- Problem statement -
Whenever the word "revolve" appears in a line of the listing, copy that line.

┄┄┄┄┄┄┄┄┄┄┄┄┄┄┄┄┄┄┄┄

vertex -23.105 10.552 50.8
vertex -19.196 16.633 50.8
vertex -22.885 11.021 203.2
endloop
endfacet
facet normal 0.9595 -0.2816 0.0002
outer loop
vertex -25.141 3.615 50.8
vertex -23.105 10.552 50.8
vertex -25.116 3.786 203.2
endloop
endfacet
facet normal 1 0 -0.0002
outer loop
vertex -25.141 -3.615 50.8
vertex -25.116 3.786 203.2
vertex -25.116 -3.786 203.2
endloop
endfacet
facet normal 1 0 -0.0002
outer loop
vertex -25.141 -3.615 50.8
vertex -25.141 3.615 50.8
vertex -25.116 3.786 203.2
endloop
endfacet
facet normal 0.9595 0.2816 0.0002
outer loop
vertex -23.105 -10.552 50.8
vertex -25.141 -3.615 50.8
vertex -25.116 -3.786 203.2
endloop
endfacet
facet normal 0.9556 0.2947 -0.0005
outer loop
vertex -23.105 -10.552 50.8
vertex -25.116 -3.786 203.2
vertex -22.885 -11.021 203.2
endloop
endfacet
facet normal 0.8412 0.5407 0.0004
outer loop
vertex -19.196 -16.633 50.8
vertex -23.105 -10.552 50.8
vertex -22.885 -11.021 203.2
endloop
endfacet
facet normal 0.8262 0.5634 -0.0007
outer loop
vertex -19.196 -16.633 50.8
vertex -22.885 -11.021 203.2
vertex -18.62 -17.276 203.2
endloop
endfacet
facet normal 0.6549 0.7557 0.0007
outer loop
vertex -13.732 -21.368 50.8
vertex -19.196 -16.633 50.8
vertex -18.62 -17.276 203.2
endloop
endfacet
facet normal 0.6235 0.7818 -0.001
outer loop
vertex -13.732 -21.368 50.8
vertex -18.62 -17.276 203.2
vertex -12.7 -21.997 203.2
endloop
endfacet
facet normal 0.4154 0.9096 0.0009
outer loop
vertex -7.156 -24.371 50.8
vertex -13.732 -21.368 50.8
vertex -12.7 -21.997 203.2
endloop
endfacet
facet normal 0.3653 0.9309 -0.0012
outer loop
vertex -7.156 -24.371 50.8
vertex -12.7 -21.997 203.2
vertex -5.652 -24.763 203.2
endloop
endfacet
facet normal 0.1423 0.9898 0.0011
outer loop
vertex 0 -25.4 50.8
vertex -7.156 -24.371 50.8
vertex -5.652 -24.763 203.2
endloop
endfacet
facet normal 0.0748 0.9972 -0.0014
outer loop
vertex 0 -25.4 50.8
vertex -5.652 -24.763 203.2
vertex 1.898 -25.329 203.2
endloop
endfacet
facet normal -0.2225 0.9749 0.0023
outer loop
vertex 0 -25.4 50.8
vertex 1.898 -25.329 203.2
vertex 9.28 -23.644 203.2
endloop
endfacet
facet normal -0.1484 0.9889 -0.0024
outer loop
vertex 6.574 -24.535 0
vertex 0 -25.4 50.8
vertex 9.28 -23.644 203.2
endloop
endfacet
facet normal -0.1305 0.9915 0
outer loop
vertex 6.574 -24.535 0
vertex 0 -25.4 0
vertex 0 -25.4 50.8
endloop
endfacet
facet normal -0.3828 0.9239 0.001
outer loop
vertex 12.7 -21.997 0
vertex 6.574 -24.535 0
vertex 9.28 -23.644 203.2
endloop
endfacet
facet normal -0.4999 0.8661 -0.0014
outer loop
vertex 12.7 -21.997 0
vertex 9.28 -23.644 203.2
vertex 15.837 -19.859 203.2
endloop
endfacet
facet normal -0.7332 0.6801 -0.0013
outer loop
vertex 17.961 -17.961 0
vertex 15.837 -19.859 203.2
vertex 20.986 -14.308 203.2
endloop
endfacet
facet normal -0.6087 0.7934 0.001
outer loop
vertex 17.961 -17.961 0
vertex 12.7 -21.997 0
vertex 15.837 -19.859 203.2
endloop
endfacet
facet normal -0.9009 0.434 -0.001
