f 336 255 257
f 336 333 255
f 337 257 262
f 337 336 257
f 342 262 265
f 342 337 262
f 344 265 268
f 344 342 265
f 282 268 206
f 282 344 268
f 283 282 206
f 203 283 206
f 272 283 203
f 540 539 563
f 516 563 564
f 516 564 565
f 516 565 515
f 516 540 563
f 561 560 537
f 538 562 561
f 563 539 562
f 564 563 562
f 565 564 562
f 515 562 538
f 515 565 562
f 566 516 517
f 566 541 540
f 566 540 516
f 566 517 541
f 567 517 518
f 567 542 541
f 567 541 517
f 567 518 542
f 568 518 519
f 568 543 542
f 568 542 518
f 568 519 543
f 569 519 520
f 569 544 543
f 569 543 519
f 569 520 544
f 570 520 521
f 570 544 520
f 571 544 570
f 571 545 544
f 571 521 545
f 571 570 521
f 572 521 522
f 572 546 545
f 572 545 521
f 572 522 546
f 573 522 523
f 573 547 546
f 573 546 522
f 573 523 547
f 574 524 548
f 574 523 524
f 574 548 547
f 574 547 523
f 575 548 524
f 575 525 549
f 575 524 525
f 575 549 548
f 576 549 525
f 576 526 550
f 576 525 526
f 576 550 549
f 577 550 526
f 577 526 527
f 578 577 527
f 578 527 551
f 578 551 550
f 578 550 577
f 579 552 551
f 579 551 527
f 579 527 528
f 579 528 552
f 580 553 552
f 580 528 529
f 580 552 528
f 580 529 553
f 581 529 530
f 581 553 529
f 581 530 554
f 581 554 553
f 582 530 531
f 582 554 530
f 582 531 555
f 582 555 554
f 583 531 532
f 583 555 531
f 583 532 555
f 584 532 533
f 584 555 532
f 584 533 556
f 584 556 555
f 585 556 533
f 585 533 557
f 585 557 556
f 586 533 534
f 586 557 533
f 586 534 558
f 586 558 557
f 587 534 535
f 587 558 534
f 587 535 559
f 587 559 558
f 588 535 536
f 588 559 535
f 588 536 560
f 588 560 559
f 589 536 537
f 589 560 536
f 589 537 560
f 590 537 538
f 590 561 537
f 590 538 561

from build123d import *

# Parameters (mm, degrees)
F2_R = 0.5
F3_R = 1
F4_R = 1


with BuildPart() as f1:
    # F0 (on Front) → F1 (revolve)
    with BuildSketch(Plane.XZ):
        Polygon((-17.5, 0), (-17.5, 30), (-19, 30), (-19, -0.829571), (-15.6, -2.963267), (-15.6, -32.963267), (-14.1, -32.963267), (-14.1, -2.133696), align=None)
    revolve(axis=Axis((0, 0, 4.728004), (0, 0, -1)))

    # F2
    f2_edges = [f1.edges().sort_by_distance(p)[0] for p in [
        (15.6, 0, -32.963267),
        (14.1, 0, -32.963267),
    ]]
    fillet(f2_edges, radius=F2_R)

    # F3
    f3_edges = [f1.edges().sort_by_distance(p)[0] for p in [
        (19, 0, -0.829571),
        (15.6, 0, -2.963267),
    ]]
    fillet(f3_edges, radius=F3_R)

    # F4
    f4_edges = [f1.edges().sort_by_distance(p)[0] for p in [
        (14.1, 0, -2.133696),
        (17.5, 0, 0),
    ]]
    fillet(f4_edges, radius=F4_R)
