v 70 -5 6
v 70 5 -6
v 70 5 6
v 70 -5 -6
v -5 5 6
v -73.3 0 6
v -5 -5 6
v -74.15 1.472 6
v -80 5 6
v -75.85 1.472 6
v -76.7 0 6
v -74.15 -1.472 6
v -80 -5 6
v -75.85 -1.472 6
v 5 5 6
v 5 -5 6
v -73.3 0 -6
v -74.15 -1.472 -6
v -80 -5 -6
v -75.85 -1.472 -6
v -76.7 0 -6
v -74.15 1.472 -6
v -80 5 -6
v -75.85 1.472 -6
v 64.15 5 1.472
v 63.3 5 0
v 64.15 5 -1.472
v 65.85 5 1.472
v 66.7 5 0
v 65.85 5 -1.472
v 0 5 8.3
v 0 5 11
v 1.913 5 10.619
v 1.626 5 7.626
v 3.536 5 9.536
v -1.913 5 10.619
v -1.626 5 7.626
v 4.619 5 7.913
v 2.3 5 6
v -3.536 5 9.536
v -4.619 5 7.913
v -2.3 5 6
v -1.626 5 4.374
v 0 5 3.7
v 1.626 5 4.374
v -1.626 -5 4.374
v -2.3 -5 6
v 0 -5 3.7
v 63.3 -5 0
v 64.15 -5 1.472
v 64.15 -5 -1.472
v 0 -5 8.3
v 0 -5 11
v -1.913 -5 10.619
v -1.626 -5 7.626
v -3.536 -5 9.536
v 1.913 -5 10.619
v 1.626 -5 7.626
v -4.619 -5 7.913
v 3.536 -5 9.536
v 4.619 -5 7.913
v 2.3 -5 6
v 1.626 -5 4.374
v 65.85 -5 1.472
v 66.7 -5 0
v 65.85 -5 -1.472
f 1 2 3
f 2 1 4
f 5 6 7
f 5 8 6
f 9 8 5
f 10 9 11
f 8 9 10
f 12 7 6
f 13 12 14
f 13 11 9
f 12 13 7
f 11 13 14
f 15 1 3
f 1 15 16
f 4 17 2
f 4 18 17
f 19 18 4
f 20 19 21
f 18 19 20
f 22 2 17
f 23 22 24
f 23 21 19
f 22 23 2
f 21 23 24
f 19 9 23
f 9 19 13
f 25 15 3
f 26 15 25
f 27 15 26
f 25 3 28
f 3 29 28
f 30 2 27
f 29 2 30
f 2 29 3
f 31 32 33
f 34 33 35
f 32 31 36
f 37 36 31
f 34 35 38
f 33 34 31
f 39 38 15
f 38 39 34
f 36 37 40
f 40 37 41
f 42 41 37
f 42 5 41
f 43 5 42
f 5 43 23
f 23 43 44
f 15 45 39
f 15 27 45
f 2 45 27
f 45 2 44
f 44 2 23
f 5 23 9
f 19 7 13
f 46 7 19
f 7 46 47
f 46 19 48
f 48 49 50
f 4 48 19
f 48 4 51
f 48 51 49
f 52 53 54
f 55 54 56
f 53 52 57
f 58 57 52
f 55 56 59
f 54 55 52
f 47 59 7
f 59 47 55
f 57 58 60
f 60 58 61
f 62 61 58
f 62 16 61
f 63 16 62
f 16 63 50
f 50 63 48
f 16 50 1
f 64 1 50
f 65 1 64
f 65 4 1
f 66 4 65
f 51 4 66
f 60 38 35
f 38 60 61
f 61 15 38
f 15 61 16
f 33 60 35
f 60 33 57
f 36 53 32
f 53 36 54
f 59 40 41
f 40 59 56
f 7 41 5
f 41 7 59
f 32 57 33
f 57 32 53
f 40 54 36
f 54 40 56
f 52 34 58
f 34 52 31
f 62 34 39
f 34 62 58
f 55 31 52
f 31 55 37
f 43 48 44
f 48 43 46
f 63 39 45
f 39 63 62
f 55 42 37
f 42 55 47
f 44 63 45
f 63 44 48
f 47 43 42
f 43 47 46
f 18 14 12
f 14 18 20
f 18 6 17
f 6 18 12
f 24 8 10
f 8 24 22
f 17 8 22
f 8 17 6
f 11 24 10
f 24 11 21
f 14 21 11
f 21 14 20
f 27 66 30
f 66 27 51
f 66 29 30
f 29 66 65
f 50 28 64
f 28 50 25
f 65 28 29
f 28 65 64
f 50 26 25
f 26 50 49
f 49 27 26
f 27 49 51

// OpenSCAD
module beam(){
    r1 = 75;                // Distancia del cabezal al apoyo
    r3 = 65;                // Distancia del ecualizador al apoyo
    e = 10;                 // Extension adicional total
    a = [r1+r3+e,10,12];    // Dimensiones del balancin
    rh = 1.7;               // Radio orificios para ajuste
    b = [5, 2.3];           // Dims ajuste (radio exterior e interior
    d = -5;                 // Desplazamiento lateral respecto del punto de apoyo
    
    difference(){
        union(){
            // Barra
            translate([d,0,0])
                cube(a, center = true);                       
            
            // Punto de apoyo
            translate([0,0,a.z/2])
            rotate([90,0,0])
                cylinder(r = b.x, h = a.y, center = true);
        }
        
        // Agujero para el eje del punto de apoyo
        translate([0,0,a.z/2])
        rotate([90,0,0])
            cylinder(r = b.y, h = a.y+1, center = true);
        
        // Tornillo ajuste ecualizador
        translate([-r1,0,0])
            cylinder(r = rh, h = a.z+1, center = true);
        
        // Tornillo ajuste del cabezal
        translate([r3,0,0])
        rotate([90,0,0])
            cylinder(r = rh, h = a.y+1, center = true);
    }
}

beam();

┄┄┄┄┄┄┄┄┄┄┄┄┄┄┄┄┄┄┄┄

- Solution -
    # F0 (on Front) → F1 (revolve)
    revolve(axis=Axis((0, 0, 4.728004), (0, 0, -1)))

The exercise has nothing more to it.